# Hapkido Terminology



## Skip Cooper (Apr 4, 2007)

I am looking for Korean terminology as it applies to Hapkido. I am familiar with the Japanese terms, such as kote-gaeshi, ikkyo, nikkyo, irimi-nage, and such. If anyone can point me into the right direction, it would be much appreciated. Fortunately, my teacher knows what I am talking about when I refer to the techniques in their Japanese form, but it confuses the other students.


----------



## Dusty (Apr 4, 2007)

hi Skip. give this one a try. it is a combination of tkd and hapkido.
Dusty, kwanjang
http://www.martialartsresource.com/korean/korframe.htm


----------



## Paul B (Apr 4, 2007)

Hiya Skip,

While Dusty has pointed out that great resource..I doubt that you'll find what you're looking for specifically. 

Korean terminolgy,as I understand it, is usually codified according to method..not so much according to the individual technique contained _within_ the method.

What I mean to say is that your Nikkyo(J. Kote Mawashi) and Sankyo(J. Kote Hineri) would find themselves lumped together under the very generic Korean heading "Sohn Mok Sool".


----------



## matt.m (Apr 4, 2007)

Paul B said:


> Hiya Skip,
> 
> While Dusty has pointed out that great resource..I doubt that you'll find what you're looking for specifically.
> 
> ...


 

Yeah,

I noticed the distinct difference between the terminolgy specific art of judo as opposed to generalizations of a set of techniques.....son mok soo, eui bok soo, kibon soo, etc.


----------



## Skip Cooper (Apr 5, 2007)

Paul B said:


> Hiya Skip,
> 
> While Dusty has pointed out that great resource..I doubt that you'll find what you're looking for specifically.
> 
> ...


 
Thanks Paul.

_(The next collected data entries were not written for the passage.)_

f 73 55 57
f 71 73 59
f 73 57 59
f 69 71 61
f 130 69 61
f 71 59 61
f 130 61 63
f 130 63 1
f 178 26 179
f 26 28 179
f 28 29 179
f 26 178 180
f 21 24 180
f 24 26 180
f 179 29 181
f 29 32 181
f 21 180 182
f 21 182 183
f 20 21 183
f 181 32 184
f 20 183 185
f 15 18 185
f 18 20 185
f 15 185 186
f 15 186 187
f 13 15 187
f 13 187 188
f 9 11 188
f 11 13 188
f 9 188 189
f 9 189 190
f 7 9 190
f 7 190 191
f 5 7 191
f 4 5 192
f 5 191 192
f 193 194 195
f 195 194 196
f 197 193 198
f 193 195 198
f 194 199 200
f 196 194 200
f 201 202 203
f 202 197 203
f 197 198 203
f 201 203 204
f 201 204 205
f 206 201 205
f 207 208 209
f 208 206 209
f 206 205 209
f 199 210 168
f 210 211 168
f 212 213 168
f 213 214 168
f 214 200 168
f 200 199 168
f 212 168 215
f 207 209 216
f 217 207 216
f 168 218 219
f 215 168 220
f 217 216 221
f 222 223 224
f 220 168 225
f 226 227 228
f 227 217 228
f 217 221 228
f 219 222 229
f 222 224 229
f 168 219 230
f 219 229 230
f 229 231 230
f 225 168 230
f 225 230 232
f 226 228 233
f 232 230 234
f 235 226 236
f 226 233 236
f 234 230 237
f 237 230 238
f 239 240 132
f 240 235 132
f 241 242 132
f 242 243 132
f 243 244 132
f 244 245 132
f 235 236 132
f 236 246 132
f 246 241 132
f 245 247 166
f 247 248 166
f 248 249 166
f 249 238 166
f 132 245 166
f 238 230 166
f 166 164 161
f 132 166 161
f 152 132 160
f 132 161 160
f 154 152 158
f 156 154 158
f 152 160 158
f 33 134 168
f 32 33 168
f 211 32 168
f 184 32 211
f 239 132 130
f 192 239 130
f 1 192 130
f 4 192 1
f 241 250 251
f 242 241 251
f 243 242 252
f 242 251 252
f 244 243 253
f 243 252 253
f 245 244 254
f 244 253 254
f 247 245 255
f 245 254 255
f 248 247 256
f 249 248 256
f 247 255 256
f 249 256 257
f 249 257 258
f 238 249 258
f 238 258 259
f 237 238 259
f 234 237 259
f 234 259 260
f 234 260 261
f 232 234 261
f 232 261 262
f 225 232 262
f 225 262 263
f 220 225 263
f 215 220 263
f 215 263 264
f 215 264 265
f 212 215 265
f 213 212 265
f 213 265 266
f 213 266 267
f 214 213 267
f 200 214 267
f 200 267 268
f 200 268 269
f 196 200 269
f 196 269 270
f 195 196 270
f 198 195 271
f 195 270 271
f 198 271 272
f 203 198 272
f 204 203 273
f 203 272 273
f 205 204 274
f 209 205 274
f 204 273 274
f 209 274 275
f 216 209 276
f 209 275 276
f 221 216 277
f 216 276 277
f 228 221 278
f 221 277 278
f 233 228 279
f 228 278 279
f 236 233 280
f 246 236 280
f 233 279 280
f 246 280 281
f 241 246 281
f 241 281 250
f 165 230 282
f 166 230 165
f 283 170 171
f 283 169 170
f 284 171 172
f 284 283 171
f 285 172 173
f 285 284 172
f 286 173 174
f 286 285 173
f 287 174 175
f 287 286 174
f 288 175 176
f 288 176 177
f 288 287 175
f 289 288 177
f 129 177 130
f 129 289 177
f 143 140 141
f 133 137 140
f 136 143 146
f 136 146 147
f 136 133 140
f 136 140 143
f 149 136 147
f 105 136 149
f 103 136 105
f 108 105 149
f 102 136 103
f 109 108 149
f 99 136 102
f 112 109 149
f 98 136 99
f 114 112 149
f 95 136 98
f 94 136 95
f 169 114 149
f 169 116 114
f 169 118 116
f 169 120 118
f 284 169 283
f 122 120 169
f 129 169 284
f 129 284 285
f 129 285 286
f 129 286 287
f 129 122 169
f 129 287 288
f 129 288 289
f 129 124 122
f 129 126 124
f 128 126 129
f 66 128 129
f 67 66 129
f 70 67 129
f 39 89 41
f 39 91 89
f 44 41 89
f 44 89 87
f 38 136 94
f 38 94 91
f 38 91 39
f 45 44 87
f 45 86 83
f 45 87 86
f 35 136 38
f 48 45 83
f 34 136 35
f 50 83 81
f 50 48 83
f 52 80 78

This is exactly what I have experienced in Hapkido.


----------



## Dusty (Apr 5, 2007)

oops. i guess i should have read the full question. when i saw techniques, i thought punch, kick, etc. my bad.
Hey Paul. hows it going? you coming down to florida next weekend?


----------



## Shaderon (Apr 5, 2007)

Try this, it's the Korean terminology thread

http://www.martialtalk.com/forum/showthread.php?t=47421


----------